Facebook Releases More Details About the Cause of Yesterday’s Six-Hour Outage ⇥ engineering.fb.com
Santosh Janardhan, VP of engineering and infrastructure at Facebook:
This was the source of yesterday’s outage. During one of these routine maintenance jobs, a command was issued with the intention to assess the availability of global backbone capacity, which unintentionally took down all the connections in our backbone network, effectively disconnecting Facebook data centers globally. Our systems are designed to audit commands like these to prevent mistakes like this, but a bug in that audit tool didn’t properly stop the command.
This change caused a complete disconnection of our server connections between our data centers and the internet. And that total loss of connection caused a second issue that made things worse.

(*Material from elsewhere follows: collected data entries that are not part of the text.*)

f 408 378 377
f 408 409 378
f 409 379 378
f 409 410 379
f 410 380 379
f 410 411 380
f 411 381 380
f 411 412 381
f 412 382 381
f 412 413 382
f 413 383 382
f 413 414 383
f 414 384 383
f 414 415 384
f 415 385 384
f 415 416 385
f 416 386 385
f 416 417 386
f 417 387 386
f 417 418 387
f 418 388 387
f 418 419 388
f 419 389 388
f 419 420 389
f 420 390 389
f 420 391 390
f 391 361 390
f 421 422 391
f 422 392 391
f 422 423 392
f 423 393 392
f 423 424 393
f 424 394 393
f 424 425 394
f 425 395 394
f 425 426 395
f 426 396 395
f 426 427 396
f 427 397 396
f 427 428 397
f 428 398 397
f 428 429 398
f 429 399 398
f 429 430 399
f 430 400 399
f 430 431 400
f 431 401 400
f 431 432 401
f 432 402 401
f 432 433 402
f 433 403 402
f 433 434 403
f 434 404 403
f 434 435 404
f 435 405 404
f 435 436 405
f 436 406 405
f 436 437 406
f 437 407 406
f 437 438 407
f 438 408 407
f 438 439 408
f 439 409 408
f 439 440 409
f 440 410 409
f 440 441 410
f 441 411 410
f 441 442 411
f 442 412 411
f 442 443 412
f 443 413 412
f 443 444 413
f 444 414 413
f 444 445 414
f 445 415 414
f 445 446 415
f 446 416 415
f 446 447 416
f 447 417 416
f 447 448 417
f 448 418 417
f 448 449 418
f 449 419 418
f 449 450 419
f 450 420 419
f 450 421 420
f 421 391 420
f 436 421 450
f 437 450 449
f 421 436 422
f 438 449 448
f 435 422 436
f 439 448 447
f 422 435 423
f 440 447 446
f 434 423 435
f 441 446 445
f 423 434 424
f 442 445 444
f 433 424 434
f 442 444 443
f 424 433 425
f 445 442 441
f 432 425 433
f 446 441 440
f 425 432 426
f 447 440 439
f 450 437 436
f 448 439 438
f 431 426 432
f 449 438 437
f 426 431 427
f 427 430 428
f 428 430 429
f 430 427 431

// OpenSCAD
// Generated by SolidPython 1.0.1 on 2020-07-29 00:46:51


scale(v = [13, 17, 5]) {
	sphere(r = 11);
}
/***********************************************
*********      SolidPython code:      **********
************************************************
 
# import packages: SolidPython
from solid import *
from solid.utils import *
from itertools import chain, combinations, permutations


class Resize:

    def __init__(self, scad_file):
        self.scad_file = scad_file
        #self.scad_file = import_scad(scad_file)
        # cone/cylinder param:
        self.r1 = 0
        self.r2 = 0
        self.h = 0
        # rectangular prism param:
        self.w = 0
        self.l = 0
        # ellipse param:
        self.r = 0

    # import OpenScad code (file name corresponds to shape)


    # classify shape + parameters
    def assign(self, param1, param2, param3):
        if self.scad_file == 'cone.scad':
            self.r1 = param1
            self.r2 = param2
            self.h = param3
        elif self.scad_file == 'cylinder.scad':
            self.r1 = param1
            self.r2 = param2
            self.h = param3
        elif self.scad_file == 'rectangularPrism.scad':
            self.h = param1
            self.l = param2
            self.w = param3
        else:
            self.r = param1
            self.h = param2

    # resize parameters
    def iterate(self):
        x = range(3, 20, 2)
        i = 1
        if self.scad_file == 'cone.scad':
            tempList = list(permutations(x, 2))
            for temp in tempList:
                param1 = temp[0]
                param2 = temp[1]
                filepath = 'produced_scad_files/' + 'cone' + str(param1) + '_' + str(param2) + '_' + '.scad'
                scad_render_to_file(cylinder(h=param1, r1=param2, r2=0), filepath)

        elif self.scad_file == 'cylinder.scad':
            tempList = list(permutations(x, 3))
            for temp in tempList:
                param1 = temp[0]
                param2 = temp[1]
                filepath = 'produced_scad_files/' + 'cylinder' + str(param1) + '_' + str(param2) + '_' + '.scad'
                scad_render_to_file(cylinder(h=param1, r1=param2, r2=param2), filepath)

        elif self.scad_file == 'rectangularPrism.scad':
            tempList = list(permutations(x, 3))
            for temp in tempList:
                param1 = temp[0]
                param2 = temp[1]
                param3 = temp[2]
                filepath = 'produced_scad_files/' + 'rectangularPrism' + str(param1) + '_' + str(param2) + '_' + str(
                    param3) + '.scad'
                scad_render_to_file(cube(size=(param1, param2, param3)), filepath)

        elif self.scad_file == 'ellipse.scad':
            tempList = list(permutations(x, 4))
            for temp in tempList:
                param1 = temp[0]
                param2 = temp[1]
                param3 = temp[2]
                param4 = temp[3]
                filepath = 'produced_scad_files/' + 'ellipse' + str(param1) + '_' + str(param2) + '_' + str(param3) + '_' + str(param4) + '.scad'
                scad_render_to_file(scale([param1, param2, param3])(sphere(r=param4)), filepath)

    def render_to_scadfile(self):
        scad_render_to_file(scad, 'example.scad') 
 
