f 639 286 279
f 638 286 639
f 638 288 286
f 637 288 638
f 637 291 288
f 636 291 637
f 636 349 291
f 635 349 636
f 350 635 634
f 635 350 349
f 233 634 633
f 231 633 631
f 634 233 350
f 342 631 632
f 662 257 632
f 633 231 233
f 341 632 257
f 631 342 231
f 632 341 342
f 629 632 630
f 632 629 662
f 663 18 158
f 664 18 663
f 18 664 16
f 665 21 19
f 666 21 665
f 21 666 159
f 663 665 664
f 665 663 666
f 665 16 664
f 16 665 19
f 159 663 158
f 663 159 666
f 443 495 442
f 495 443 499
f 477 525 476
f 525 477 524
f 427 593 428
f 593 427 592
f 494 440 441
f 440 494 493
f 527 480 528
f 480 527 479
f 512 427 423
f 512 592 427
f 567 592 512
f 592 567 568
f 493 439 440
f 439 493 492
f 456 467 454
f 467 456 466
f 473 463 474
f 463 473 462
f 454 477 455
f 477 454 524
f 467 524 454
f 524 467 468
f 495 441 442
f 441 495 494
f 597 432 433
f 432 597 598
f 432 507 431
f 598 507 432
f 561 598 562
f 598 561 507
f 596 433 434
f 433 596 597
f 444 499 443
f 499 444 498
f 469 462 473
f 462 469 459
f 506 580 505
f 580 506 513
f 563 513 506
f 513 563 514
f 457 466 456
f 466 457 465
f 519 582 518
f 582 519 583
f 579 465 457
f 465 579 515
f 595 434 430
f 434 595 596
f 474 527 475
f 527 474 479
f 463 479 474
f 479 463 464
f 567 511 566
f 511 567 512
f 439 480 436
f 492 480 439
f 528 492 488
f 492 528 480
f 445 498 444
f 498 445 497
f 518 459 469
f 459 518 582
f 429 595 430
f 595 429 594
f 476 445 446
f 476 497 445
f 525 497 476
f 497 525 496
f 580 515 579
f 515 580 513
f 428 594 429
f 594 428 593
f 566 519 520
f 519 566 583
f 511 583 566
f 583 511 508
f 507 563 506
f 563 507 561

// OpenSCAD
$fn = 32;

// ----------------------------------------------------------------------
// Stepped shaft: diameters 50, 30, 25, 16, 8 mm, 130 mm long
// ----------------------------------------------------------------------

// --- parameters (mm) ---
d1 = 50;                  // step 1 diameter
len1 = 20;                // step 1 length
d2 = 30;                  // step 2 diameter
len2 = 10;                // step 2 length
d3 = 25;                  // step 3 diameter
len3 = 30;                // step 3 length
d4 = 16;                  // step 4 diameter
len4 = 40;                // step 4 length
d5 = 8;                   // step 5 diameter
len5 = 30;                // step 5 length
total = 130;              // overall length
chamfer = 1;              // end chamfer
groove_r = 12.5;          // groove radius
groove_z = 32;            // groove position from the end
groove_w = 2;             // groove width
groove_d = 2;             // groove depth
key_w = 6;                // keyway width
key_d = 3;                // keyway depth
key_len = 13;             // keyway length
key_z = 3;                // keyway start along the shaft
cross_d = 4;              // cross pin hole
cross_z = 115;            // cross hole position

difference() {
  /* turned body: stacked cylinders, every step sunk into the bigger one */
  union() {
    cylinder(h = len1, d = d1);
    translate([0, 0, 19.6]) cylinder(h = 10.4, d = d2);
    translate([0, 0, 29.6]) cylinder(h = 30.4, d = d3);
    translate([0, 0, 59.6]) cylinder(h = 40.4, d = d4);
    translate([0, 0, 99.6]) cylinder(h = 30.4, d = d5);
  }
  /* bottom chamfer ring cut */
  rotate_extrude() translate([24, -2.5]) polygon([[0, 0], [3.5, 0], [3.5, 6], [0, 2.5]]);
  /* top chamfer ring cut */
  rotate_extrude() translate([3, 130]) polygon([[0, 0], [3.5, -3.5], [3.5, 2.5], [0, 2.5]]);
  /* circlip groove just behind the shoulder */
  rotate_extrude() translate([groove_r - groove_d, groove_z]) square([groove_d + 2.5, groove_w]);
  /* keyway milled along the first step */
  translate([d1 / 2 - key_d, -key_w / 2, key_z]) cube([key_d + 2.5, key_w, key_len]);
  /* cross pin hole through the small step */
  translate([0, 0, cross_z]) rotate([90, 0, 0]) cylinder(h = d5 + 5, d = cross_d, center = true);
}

These sorts of posts always go through legal and public relations teams, so it is hard to know how complete an accounting of yesterday’s outage it is. But what is written here is pretty embarrassing for Facebook — not the outage itself, but that a routine maintenance misconfiguration took out a single point of failure that rendered the entire company’s infrastructure inaccessible. Whether this actually makes sense as presented is something best judged by networking professionals operating at Facebook’s scale.
That said, I think it is commendable that Facebook issued an explanation for its outage under a VP’s name. It could have had its communications team issue a typically pissy statement attributed only to the company. When Google services were down in December, it was similarly transparent. I wish this could be the standard rather than the exception. It builds confidence.

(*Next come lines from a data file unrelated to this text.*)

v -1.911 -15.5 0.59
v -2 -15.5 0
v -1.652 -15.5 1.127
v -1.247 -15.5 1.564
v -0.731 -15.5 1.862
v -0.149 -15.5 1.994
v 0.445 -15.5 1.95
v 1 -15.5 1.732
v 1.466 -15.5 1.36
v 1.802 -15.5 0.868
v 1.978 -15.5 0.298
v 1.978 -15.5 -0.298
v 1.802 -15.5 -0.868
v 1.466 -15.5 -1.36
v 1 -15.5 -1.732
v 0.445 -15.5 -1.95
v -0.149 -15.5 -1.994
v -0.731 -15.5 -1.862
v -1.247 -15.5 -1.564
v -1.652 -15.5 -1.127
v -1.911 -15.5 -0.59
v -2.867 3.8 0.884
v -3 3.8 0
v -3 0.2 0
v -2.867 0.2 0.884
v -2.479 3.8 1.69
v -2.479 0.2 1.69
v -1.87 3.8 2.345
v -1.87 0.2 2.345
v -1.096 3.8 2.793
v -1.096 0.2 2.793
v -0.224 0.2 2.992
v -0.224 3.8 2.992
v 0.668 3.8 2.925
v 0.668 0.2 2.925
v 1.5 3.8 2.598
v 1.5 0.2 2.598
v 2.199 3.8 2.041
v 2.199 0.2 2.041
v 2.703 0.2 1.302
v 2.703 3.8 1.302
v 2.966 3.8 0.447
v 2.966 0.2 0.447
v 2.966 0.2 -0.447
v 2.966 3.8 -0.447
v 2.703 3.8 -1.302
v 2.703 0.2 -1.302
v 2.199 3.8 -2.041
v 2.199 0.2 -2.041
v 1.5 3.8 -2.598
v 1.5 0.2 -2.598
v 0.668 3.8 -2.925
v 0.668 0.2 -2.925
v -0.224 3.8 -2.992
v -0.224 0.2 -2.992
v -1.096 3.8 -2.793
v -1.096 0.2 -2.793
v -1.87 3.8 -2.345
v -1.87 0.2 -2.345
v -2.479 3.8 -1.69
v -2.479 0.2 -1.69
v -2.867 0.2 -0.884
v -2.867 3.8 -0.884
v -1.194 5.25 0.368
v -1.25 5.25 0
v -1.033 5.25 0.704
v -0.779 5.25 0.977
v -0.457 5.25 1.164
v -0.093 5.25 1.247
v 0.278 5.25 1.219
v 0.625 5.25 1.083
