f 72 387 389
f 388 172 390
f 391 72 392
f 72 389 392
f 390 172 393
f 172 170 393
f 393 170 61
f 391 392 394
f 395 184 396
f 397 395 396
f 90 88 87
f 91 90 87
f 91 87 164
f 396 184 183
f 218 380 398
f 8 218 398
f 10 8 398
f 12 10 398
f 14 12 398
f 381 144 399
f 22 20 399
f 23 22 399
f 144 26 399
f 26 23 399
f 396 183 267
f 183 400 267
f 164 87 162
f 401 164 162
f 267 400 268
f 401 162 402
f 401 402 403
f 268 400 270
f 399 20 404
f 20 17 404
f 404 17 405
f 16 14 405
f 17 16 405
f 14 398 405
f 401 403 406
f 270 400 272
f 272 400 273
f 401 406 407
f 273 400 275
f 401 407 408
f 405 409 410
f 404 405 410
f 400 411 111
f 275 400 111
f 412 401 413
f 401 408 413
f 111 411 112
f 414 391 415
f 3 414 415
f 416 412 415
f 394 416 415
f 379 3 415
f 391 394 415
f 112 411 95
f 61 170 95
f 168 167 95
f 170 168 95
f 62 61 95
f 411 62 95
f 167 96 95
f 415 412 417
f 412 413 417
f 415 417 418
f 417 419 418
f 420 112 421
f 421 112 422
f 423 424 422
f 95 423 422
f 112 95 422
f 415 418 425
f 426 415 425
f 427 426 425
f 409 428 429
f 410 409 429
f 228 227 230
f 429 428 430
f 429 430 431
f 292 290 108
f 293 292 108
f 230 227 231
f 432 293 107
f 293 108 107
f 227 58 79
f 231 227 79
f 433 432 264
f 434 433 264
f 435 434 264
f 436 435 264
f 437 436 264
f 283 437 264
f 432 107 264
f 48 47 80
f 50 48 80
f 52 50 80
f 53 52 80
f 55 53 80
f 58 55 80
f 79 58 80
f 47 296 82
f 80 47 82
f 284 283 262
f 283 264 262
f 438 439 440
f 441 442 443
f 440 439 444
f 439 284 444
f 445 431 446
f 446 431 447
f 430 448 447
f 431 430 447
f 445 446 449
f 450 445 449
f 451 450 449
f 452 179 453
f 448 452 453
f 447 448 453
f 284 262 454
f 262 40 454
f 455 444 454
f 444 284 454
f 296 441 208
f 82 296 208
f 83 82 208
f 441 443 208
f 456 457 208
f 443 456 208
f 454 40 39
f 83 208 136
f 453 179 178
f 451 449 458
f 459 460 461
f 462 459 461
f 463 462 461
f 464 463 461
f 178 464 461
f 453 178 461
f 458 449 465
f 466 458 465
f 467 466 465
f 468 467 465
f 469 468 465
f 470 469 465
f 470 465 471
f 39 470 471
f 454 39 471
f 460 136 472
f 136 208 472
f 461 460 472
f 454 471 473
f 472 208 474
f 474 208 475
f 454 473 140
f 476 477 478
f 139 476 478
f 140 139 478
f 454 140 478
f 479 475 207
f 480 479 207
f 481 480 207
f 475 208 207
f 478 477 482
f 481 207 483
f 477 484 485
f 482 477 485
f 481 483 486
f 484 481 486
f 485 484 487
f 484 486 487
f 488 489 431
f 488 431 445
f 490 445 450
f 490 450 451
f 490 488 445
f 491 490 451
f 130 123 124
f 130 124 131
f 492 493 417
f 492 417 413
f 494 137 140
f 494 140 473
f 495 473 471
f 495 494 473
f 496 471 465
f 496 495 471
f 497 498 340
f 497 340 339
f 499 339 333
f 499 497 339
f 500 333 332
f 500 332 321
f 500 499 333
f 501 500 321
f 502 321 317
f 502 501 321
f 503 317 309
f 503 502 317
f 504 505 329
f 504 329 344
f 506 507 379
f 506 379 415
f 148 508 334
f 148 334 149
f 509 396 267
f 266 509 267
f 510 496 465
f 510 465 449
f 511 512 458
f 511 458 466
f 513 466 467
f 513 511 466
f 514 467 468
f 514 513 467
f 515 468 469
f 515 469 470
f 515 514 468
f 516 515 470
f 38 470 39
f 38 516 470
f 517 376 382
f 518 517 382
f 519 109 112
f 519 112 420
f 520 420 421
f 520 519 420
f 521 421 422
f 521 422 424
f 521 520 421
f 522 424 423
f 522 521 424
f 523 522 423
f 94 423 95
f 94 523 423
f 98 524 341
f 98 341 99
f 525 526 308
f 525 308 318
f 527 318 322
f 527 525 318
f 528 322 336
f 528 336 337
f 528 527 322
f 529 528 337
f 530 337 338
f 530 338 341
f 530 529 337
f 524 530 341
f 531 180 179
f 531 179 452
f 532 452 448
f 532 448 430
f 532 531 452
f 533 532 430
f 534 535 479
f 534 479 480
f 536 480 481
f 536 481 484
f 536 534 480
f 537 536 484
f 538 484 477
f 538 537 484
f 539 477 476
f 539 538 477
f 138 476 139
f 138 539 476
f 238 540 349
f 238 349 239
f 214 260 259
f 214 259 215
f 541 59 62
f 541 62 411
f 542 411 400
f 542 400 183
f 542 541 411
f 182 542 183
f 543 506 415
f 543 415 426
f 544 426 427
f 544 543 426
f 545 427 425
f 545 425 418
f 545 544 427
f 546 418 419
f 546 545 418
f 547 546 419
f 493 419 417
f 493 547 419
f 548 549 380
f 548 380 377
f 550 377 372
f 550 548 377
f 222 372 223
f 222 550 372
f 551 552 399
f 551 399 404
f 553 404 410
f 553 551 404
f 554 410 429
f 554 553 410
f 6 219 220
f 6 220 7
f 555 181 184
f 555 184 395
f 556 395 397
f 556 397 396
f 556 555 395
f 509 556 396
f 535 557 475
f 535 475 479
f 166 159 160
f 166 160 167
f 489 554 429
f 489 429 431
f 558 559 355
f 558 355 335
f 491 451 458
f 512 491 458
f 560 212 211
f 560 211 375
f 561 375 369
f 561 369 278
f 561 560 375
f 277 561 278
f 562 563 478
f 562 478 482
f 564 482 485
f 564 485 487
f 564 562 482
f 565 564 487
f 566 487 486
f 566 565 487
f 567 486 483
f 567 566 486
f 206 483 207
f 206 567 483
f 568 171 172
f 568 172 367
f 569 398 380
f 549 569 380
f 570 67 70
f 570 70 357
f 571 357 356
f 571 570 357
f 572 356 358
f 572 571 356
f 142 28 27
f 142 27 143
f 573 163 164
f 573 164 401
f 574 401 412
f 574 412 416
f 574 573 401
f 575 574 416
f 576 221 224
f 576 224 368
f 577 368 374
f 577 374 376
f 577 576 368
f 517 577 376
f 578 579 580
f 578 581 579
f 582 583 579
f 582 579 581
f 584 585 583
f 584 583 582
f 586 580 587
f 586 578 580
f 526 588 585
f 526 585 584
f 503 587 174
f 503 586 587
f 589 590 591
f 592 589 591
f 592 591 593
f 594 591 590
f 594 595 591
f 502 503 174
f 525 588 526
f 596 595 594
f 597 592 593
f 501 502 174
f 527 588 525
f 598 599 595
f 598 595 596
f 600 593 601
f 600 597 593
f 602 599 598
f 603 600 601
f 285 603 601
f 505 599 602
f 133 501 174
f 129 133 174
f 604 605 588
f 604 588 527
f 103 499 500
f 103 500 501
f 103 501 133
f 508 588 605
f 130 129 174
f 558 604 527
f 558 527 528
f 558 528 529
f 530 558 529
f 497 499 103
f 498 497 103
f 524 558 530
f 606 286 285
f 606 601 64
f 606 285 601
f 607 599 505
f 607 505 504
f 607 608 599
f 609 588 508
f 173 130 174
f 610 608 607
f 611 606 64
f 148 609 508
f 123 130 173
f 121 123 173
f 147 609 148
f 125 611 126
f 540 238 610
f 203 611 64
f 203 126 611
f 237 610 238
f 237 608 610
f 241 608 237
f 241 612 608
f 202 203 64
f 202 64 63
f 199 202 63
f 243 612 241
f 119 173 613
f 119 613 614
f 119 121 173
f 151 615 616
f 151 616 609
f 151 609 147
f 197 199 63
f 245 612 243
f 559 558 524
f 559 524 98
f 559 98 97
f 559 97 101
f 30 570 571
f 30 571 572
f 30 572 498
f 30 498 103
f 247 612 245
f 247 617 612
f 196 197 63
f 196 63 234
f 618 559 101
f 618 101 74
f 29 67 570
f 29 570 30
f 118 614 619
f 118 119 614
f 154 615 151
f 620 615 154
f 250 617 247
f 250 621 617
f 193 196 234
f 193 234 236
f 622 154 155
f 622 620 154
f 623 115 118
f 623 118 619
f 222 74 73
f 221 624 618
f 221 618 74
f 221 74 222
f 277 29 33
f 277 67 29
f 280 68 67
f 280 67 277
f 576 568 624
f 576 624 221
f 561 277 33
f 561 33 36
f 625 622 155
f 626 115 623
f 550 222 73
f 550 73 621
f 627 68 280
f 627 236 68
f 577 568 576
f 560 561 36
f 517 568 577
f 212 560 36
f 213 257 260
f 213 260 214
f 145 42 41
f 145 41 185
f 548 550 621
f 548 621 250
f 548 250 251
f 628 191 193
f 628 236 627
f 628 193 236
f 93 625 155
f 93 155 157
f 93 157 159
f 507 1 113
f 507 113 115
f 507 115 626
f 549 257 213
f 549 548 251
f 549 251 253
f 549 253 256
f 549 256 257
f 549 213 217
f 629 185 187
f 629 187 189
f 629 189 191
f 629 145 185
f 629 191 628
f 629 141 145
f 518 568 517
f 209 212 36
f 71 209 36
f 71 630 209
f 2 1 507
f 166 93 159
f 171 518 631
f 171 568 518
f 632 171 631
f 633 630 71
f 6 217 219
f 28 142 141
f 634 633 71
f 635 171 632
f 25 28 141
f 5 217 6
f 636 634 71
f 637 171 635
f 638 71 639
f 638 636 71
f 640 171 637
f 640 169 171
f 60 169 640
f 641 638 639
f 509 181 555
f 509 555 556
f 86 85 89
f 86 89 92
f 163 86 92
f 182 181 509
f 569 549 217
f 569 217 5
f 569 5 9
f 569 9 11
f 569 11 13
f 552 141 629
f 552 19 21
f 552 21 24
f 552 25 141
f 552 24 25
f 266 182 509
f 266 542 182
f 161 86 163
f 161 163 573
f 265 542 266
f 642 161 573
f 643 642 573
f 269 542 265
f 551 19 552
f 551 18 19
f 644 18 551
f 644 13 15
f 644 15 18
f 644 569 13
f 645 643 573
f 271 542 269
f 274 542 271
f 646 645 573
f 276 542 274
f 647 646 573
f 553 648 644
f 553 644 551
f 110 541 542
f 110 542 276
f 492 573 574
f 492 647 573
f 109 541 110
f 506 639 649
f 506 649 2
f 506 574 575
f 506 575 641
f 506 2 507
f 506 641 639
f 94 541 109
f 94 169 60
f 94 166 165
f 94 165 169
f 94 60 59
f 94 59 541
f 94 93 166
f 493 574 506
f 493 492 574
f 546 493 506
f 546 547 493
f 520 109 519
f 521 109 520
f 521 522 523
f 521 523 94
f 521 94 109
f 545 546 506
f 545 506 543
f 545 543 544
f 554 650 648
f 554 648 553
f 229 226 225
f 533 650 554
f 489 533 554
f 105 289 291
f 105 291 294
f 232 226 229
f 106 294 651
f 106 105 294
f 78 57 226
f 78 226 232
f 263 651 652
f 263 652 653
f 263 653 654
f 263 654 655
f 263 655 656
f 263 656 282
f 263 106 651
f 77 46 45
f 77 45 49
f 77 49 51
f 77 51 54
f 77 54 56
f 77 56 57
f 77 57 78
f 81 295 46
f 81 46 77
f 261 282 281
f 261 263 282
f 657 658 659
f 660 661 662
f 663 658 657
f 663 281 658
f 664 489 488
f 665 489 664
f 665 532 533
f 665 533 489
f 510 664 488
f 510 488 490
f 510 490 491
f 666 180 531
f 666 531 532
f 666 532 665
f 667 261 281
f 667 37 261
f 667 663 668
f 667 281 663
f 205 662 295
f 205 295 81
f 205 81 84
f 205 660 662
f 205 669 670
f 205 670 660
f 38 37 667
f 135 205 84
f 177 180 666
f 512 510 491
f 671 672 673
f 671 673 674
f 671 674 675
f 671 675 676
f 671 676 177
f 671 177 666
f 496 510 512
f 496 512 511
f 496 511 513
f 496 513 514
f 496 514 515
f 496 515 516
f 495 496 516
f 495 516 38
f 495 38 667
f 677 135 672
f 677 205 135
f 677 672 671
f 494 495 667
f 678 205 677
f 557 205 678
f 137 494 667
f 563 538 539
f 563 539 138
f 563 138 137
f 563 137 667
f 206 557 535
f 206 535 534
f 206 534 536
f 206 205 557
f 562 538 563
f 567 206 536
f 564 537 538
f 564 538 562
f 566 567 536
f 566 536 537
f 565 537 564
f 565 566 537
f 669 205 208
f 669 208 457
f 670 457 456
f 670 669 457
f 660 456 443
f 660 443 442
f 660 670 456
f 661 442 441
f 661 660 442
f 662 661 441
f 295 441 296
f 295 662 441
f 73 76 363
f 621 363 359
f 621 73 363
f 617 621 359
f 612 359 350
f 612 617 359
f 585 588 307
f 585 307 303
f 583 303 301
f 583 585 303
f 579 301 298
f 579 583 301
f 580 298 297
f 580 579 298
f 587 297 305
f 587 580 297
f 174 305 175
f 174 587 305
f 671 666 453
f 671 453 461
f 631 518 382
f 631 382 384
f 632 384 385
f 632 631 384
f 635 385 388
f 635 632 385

For comparison, as I write this, Apple’s System Status page shows a resolved outage in Apple Pay and Wallet. For over seven hours yesterday, “users were not able to add, suspend, or remove existing cards to Apple Pay”, and this issue has simply been marked as “Resolved” but there are no more details. This explanation-free status update has been the standard for every iCloud-related outage, including serious incidents. It does not build confidence.